Subspace Adversarial Training

Single-step adversarial training (AT) has received wide attention as it proved to be both efficient and robust. However, a serious problem of catastrophic overfitting exists, i.e., the robust accuracy against projected gradient descent (PGD) attack suddenly drops to 0% during the training. In this paper, we understand this problem from a novel perspective of optimization and firstly reveal the close link between the fast-growing gradient of each sample and overfitting, which can also be applied to understand the robust overfitting phenomenon in multi-step AT. To control the growth of the gradient during the training, we propose a new AT method, subspace adversarial training (Sub-AT), which constrains the AT in a carefully extracted subspace.

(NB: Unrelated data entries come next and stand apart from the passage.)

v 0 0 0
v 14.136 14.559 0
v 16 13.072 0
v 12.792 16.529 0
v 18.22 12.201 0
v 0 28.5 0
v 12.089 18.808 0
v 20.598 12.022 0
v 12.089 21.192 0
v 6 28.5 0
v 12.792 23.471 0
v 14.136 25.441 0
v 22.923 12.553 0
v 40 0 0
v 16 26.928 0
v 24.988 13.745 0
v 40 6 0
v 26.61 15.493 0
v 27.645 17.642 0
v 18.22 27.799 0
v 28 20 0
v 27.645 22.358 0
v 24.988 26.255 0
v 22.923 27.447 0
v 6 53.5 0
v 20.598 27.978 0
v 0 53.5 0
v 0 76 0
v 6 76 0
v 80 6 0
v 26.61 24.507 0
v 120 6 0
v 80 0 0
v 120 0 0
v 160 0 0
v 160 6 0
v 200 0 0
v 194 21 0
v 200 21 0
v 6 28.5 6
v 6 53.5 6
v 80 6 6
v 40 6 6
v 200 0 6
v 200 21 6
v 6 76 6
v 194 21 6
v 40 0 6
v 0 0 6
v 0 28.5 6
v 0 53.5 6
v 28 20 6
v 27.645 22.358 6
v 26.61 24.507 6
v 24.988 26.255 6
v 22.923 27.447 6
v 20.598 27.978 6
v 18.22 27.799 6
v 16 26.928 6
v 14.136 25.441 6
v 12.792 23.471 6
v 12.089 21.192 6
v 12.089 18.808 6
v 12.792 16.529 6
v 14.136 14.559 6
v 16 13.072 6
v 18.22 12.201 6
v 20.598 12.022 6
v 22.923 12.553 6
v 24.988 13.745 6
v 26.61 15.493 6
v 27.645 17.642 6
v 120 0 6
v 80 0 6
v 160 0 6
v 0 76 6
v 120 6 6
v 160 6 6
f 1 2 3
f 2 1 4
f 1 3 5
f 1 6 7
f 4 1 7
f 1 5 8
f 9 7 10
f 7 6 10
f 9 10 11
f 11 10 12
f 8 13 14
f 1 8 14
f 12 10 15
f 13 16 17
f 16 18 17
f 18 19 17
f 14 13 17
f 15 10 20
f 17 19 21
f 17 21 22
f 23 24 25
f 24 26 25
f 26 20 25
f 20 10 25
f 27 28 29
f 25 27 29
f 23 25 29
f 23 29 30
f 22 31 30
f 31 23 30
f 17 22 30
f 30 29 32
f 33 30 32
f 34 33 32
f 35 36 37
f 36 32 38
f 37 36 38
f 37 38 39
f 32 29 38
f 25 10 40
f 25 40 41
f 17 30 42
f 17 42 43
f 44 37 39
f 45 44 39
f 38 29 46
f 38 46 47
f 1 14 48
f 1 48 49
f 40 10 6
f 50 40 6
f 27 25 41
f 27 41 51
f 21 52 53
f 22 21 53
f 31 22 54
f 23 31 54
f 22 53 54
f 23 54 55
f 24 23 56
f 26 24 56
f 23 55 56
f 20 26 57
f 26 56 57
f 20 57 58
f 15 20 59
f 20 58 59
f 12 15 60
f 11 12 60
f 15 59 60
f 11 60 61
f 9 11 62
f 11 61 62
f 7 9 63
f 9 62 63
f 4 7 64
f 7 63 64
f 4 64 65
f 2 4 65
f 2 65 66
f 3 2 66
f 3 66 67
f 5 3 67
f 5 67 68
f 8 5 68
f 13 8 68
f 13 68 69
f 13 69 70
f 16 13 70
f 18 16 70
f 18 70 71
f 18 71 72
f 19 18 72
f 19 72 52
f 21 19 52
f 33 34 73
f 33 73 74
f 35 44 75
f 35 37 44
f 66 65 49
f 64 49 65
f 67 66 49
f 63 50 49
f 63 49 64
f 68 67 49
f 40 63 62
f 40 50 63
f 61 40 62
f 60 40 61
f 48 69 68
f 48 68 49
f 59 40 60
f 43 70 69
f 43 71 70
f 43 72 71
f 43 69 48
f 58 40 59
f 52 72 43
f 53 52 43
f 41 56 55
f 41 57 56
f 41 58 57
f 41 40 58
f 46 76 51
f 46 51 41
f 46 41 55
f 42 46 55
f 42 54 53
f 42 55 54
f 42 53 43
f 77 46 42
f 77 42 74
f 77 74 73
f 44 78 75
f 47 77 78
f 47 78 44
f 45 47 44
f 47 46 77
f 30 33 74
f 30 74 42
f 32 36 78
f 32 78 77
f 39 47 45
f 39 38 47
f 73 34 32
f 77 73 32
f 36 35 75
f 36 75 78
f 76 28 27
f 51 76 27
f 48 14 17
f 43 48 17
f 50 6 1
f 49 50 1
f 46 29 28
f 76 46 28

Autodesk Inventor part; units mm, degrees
ref_plane "YZ Plane" through (0, 0, 0) normal (1, 0, 0) x (0, 1, 0)
ref_plane "XZ Plane" through (0, 0, 0) normal (0, 1, 0) x (-1, 0, 0)
ref_plane "XY Plane" through (0, 0, 0) normal (0, 0, 1) x (1, 0, 0)
ref_plane "Work Plane1" through (0, 0, 0) normal (0, 0, 1) x (1, 0, 0)
sketch "Sketch1" plane through (0, 0, 0) normal (0, 0, 1) x (1, 0, 0)
  line L0 (0, 6) -> (40, 6)
  line L1 (0, 0) -> (0, 6)
  line L2 (40, 0) -> (0, 0)
  line L3 (40, 0) -> (40, 6)
  line L4 (80, 0) -> (80, 6)
  line L5 (80, 6) -> (40, 6)
  line L6 (40, 6) -> (40, 0)
  line L7 (40, 0) -> (80, 0)
  line L8 (80, 6) -> (120, 6)
  line L9 (80, 0) -> (80, 6)
  line L10 (120, 0) -> (80, 0)
  line L11 (120, 0) -> (120, 6)
  line L12 (160, 0) -> (160, 6)
  line L13 (160, 6) -> (120, 6)
  line L14 (120, 6) -> (120, 0)
  line L15 (120, 0) -> (160, 0)
  line L16 (160, 6) -> (200, 6)
  line L17 (160, 0) -> (160, 6)
  line L18 (200, 0) -> (160, 0)
  line L19 (200, 6) -> (200, 0)
  line L20 (200, 6) -> (200, 21)
  line L21 (194, 21) -> (200, 21)
  line L22 (194, 21) -> (194, 6)
  line L23 (194, 6) -> (200, 6)
  line L24 (6, 28.5) -> (0, 28.5)
  line L25 (0, 28.5) -> (0, 6)
  line L26 (6, 6) -> (0, 6)
  line L27 (6, 6) -> (6, 28.5)
  line L28 (0, 53.5) -> (0, 28.5)
  line L29 (6, 28.5) -> (0, 28.5)
  line L30 (6, 28.5) -> (6, 53.5)
  line L31 (6, 53.5) -> (0, 53.5)
  line L32 (6, 53.5) -> (0, 53.5)
  line L33 (6, 53.5) -> (6, 76)
  line L34 (6, 76) -> (0, 76)
  line L35 (0, 76) -> (0, 53.5)
  line L36 (6, 76) -> (194, 21)
extrude "Plate1" add sketch "Sketch1" along normal blind 6 contours L25 L24 L27 L0 | L0 L3 L2 L1 | L27 L30 L33 L36 L22 L16 L13 L8 L5 L0 | L35 L34 L33 L31 | L8 L11 L10 L4 | L16 L19 L18 L12 | L21 L20 L16 L22
sketch "Sketch2" plane through (0, 0, 6) normal (0, 0, 1) x (1, 0, 0)
  line L0 (0, 0) -> (0, 28.5) projected
  line L1 (40, 0) -> (0, 0) projected
  line L2 (40, 6) -> (40, 0) projected
  line L3 (80, 6) -> (40, 6) projected
  line L4 (80, 0) -> (80, 6) projected
  line L5 (120, 0) -> (80, 0) projected
  line L6 (120, 6) -> (120, 0) projected
  line L7 (160, 6) -> (120, 6) projected
  line L8 (160, 0) -> (160, 6) projected
  line L9 (200, 0) -> (160, 0) projected
  line L10 (200, 21) -> (200, 0) projected
  line L11 (194, 21) -> (200, 21) projected
  line L12 (6, 76) -> (194, 21) projected
  line L13 (0, 76) -> (6, 76) projected
  line L14 (0, 53.5) -> (0, 76) projected
  line L15 (6, 53.5) -> (0, 53.5) projected
  line L16 (6, 28.5) -> (6, 53.5) projected
  line L17 (0, 28.5) -> (6, 28.5) projected
  circle A0 centre (20, 20) radius 8
  point P0 (0, 0)
  point P1 (20, 0)
  dimension "d1" = 16
  dimension "d2" = 20
extrude "Cut1" cut sketch "Sketch2" against normal blind 6 contours A0
equation "\"d3\" = Thickness"
equation "\"d0\" = Thickness"
equation "\"BendRadius\" = Thickness"
equation "\"BendReliefWidth\" = Thickness"
equation "\"BendReliefDepth\" = 0.5 * Thickness"
equation "\"CornerReliefSize\" = 4 * Thickness"
equation "\"MinimumRemnant\" = 2 * Thickness"
equation "\"TransitionRadius\" = BendRadius"
equation "\"JacobiRadiusSize\" = BendRadius"
equation "\"GapSize\" = Thickness"
equation "\"Thickness\" = 6"
properties part number "zijkant elektrobox voor knop" material "Wood (Birch)"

It successfully resolves both two kinds of overfitting and hence significantly boosts the robustness. In subspace, we also allow single-step AT with larger steps and larger radius, which further improves the robustness performance. As a result, we achieve the state-of-the-art single-step AT performance: our pure single-step AT can reach over 51% robust accuracy against strong PGD-50 attack with radius 8/255 on CIFAR-10, even surpassing the standard multi-step PGD-10 AT with huge computational advantages.

Dependencies

Install required dependencies:

pip install -r requirements.txt

We also evaluate the robustness with Auto-Attack. It can be installed via following source code:

pip install git+https://github.com/fra31/auto-attack

How to run

We show sample usages in run.sh:

bash run.sh

For Tiny-ImageNet experiments, please prepare the dataset first under the path datasets/tiny-imagenet-200/.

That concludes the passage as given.